= Susan Cayton Woodson =

American art collector and activist

Susan Cayton Woodson (October 18, 1918 - January 31, 2013) was an American art collector and activist. A central figure in the Chicago Black Renaissance, she was critical in promoting and collecting works by black artists, such as William McBride, Eldzier Cortor, and Charles White.

== Biography ==
Woodson was born in Seattle, Washington, United States. The great-granddaughter of U.S. Senator Hiram Rhodes Revels, she was raised by her grandparents, journalists and news paper founders, Horace R. Cayton Sr. and Susie Revels Cayton. Woodson was educated at Washington State College and moved to Chicago at the age of 22, accompanied by her family friend and Harlem Renaissance figure, Paul Robeson. In Chicago, Woodson first worked at Supreme Liberty Life Insurance Company and the Amalgamated Clothing Workers Union. In 1949, she married Harold W. Woodson Sr., a chemist for the Illinois Department of Agriculture and the Illinois Department of Public Health.

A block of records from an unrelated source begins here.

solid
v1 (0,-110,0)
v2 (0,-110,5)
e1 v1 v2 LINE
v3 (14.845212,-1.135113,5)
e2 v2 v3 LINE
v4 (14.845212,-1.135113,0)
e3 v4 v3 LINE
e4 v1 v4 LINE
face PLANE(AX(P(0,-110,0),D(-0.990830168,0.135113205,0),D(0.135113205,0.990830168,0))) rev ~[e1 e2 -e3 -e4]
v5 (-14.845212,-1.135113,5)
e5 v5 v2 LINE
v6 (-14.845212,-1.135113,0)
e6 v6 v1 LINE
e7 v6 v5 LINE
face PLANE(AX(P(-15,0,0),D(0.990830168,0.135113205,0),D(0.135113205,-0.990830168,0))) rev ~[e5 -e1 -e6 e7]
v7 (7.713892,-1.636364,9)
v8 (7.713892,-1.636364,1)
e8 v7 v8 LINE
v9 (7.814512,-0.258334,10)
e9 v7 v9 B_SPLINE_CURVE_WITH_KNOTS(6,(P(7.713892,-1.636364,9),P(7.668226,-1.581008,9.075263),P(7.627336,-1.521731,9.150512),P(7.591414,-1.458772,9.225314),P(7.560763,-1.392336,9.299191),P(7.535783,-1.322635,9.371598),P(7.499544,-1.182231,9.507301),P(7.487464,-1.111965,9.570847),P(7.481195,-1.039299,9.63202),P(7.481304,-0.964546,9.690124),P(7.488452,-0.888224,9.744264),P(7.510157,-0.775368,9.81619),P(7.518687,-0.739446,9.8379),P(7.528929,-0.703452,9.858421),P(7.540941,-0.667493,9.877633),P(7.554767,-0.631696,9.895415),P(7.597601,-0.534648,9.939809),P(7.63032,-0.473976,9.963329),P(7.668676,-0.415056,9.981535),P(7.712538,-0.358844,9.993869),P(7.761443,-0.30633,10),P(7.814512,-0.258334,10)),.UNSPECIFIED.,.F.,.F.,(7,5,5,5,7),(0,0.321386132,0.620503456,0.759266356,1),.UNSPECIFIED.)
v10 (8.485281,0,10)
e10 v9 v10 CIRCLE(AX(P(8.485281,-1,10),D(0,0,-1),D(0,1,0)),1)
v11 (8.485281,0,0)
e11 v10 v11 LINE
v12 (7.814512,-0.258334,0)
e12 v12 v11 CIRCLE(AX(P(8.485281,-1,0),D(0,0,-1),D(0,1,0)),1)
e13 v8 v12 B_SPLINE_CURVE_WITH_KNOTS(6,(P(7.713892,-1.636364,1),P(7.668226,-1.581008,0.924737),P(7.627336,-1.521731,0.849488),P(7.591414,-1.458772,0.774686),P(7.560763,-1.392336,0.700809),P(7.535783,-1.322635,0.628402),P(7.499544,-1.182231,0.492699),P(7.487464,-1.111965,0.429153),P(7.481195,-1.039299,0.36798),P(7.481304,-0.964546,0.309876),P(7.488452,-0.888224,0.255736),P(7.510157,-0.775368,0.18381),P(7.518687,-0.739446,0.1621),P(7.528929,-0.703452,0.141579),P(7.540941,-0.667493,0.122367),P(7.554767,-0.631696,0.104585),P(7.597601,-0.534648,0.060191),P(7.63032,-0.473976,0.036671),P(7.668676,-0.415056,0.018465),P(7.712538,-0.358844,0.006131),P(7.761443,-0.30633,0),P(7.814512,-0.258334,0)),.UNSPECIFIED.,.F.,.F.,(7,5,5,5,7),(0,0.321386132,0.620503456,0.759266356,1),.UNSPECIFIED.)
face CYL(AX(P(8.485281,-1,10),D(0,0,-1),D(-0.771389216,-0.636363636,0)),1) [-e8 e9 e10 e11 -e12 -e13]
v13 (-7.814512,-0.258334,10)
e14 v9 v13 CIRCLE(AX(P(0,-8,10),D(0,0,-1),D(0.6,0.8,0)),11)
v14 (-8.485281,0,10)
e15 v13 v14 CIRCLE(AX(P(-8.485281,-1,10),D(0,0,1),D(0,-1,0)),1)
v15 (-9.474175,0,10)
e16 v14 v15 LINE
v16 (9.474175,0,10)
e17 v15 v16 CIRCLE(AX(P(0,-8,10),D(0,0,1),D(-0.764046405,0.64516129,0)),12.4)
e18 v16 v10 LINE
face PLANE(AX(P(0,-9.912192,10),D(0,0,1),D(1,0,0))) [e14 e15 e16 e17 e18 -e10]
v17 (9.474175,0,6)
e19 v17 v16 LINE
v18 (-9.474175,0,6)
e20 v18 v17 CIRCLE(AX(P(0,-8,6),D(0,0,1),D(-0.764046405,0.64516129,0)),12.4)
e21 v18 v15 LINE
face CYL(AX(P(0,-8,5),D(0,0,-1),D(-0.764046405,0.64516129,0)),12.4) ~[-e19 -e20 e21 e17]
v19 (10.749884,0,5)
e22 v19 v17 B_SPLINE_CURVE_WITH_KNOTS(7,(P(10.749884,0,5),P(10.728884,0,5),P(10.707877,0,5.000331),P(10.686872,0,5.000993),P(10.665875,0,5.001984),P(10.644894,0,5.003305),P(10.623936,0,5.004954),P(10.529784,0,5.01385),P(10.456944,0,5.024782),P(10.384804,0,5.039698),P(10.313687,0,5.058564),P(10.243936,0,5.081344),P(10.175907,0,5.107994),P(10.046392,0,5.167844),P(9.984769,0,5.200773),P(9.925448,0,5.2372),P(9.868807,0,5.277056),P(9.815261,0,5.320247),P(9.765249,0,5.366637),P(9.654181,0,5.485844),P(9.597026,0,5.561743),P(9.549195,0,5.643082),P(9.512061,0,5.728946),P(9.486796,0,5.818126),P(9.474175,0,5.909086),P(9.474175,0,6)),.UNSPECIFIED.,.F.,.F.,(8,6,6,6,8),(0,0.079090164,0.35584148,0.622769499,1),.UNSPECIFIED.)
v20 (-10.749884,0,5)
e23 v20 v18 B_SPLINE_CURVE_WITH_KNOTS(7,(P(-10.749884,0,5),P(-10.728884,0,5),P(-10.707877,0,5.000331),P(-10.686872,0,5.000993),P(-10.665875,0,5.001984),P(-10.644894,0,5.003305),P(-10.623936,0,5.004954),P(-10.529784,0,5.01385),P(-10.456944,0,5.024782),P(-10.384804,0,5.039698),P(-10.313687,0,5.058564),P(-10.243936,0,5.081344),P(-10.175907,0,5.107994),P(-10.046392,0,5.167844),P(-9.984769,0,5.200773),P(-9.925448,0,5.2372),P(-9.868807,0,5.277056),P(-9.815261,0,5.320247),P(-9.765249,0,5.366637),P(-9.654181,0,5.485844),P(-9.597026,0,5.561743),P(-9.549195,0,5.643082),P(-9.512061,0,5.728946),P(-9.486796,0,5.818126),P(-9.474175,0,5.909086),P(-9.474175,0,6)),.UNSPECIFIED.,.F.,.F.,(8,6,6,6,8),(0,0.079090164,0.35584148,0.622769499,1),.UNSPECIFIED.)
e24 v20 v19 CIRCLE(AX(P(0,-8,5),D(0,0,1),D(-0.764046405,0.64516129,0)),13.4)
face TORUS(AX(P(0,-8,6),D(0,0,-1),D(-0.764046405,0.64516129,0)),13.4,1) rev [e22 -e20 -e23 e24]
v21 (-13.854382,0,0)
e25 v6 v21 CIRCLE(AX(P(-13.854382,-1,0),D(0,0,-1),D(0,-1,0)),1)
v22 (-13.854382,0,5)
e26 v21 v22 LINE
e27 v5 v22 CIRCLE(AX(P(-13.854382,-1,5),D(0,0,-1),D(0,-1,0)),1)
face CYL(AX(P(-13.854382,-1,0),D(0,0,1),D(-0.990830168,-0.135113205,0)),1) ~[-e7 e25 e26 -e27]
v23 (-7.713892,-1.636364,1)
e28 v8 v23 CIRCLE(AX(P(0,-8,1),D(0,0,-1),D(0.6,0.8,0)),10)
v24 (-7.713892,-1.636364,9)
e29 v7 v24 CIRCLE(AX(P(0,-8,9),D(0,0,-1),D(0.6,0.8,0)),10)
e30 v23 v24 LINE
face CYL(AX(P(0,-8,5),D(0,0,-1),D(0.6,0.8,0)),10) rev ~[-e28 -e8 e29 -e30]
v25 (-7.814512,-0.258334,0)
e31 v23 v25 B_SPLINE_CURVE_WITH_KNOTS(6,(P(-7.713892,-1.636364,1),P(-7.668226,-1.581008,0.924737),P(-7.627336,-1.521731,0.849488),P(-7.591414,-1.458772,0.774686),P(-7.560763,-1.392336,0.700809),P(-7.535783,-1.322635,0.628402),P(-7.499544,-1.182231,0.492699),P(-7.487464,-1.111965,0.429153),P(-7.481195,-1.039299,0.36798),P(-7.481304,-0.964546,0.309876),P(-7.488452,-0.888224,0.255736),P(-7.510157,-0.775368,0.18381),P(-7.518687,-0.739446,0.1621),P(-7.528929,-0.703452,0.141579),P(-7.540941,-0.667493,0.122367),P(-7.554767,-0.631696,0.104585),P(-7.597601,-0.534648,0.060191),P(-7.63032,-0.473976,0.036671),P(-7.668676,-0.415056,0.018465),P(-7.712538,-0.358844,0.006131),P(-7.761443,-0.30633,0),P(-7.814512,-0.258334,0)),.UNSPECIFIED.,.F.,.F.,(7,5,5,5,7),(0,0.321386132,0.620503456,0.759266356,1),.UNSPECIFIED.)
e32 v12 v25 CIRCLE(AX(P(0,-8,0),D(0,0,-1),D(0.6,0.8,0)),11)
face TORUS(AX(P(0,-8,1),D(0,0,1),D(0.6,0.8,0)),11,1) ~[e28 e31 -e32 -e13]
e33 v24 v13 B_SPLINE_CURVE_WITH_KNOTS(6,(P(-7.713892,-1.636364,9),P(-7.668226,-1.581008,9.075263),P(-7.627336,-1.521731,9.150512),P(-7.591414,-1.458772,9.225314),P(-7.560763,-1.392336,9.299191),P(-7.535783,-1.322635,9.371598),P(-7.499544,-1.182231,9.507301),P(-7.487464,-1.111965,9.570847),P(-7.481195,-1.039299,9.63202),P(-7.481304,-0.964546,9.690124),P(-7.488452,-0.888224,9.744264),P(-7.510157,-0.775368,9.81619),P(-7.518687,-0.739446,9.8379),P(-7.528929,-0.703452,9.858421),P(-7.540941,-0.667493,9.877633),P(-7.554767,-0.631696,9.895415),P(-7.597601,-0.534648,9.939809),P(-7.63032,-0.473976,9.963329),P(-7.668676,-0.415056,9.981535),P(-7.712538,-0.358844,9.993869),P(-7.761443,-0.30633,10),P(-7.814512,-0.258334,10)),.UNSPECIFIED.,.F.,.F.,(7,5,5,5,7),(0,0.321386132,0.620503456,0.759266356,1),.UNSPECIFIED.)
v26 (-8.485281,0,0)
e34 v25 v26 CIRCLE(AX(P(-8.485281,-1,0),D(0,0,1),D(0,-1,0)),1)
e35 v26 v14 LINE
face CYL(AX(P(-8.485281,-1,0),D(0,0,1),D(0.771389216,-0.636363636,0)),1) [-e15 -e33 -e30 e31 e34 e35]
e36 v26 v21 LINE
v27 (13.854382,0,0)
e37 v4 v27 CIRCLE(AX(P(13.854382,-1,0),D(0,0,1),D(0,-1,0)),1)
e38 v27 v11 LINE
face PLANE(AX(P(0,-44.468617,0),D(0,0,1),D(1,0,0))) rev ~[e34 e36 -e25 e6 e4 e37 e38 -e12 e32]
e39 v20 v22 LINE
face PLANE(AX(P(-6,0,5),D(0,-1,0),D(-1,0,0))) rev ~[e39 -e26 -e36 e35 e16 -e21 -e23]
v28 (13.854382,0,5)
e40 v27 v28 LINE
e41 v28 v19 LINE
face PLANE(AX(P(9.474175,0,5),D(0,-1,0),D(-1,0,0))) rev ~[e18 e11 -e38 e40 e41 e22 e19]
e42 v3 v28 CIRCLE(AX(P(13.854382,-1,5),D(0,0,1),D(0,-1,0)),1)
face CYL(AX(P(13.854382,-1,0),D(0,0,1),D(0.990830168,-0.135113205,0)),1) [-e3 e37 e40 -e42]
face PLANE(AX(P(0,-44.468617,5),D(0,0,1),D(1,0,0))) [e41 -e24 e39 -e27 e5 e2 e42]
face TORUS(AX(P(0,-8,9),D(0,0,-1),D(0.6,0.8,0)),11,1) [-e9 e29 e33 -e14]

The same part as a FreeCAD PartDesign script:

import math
import FreeCAD as App
import Part
import Sketcher


def edges_at(feature, points):
    """Names of the edges that pass closest to the given points."""
    edges = feature.Shape.Edges
    near = lambda p: min(range(len(edges)), key=lambda i: edges[i].distToShape(Part.Vertex(*p))[0])
    return sorted({f"Edge{near(p) + 1}" for p in points})

doc = App.newDocument("Part")
body = doc.addObject("PartDesign::Body", "Body")

sketch1 = body.newObject("Sketcher::SketchObject", "Sketch")
sketch1.AttachmentSupport = (doc.getObject("XY_Plane"), [""])
sketch1.MapMode = "FlatFace"
sketch1.addGeometry([
    Part.LineSegment(App.Vector(-15, 0, 0), App.Vector(0, -110, 0)),
    Part.LineSegment(App.Vector(0, -110, 0), App.Vector(15, 0, 0)),
    Part.LineSegment(App.Vector(15, 0, 0), App.Vector(6, 0, 0)),
    Part.ArcOfCircle(Part.Circle(App.Vector(0, -8, 0), App.Vector(0, 0, 1), 10), math.radians(126.869898), math.radians(413.130102)),
    Part.LineSegment(App.Vector(-6, 0, 0), App.Vector(-15, 0, 0)),
], False)
sketch1.addConstraint([
    Sketcher.Constraint("Coincident", 0, 2, 1, 1),
    Sketcher.Constraint("Coincident", 1, 2, 2, 1),
    Sketcher.Constraint("Coincident", 2, 2, 3, 2),
    Sketcher.Constraint("Coincident", 3, 1, 4, 1),
    Sketcher.Constraint("Coincident", 4, 2, 0, 1),
    Sketcher.Constraint("Horizontal", 2),
    Sketcher.Constraint("Horizontal", 4),
    Sketcher.Constraint("Symmetric", 2, 2, 3, 1, -1, 1),
    Sketcher.Constraint("Symmetric", 1, 2, 4, 2, -2),
    Sketcher.Constraint("PointOnObject", 0, 2, -2),
    Sketcher.Constraint("Radius", 3, 10.0),
    Sketcher.Constraint("DistanceX", 2, 2, 2, 1, 9.0),
    Sketcher.Constraint("DistanceY", 3, 3, -1, 1, 8.0),
    Sketcher.Constraint("DistanceY", 0, 2, -1, 1, 110.0),
])
pad1 = body.newObject("PartDesign::Pad", "Pad")
pad1.Profile = sketch1
pad1.Length = 5

sketch2 = body.newObject("Sketcher::SketchObject", "Sketch001")
sketch2.AttachmentSupport = (doc.getObject("XY_Plane"), [""])
sketch2.MapMode = "FlatFace"
sketch2.AttachmentOffset = App.Placement(App.Vector(0, 0, 5), App.Rotation())
sketch2.addGeometry([
    Part.ArcOfCircle(Part.Circle(App.Vector(0, -8, 0), App.Vector(0, 0, 1), 10), math.radians(126.869898), math.radians(413.130102)),
    Part.LineSegment(App.Vector(-6, 0, 0), App.Vector(-9.474175, 0, 0)),
    Part.ArcOfCircle(Part.Circle(App.Vector(0, -8, 0), App.Vector(0, 0, 1), 12.4), math.radians(139.82223), math.radians(400.17777)),
    Part.LineSegment(App.Vector(9.474175, 0, 0), App.Vector(6, 0, 0)),
], False)
sketch2.addConstraint([
    Sketcher.Constraint("Coincident", 0, 1, 1, 1),
    Sketcher.Constraint("Coincident", 1, 2, 2, 1),
    Sketcher.Constraint("Coincident", 2, 2, 3, 1),
    Sketcher.Constraint("Coincident", 3, 2, 0, 2),
    Sketcher.Constraint("Horizontal", 1),
    Sketcher.Constraint("Horizontal", 3),
    Sketcher.Constraint("Coincident", 2, 3, 0, 3),
    Sketcher.Constraint("Symmetric", 1, 2, 2, 2, -1, 1),
    Sketcher.Constraint("PointOnObject", 0, 3, -2),
    Sketcher.Constraint("Radius", 0, 10.0),
    Sketcher.Constraint("Radius", 2, 12.4),
    Sketcher.Constraint("DistanceY", 0, 3, -1, 1, 8.0),
])
pad2 = body.newObject("PartDesign::Pad", "Pad001")
pad2.Profile = sketch2
pad2.Length = 5
doc.recompute()

fillet = body.newObject("PartDesign::Fillet", "Fillet")
fillet.Base = (pad2, edges_at(pad2, [
    (-6, 0, 5),
    (6, 0, 5),
    (0, -18, 10),
    (0, -18, 0),
    (0, -20.4, 5),
    (-15, 0, 2.5),
    (15, 0, 2.5),
]))
fillet.Radius = 1

doc.recompute()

She died on January 31, 2013.

== Career and legacy ==
In 1930, Woodson became a member of the South Side Community Art Center, later becoming a board member. During her tenure, she befriend visual artists, writers, and activists critical in the WPA and the Chicago Black Renaissance. Woodson's expansive network included playwright Theodore Ward and novelist Richard Wright, two early contributors to the burgeoning arts movement in the city. Her art collection, which includes a framed poem by Langston Hughes and paintings by William McBride and Eldzier Cortor, served as the foundation of the Susan Woodson Gallery. Woodson ran her gallery from her Hyde Park apartment while also overseeing exhibitions on Henry Ossawa Tanner and "Sapphire and Crystals: An Exhibition of African American Woman Artists," at the South Side Community Art Center. In addition to her work promoting black visual artists, Woodson promoted literary and community organizations, serving as board member at Parkway Community House and helping found the Vivian G. Harsh Society.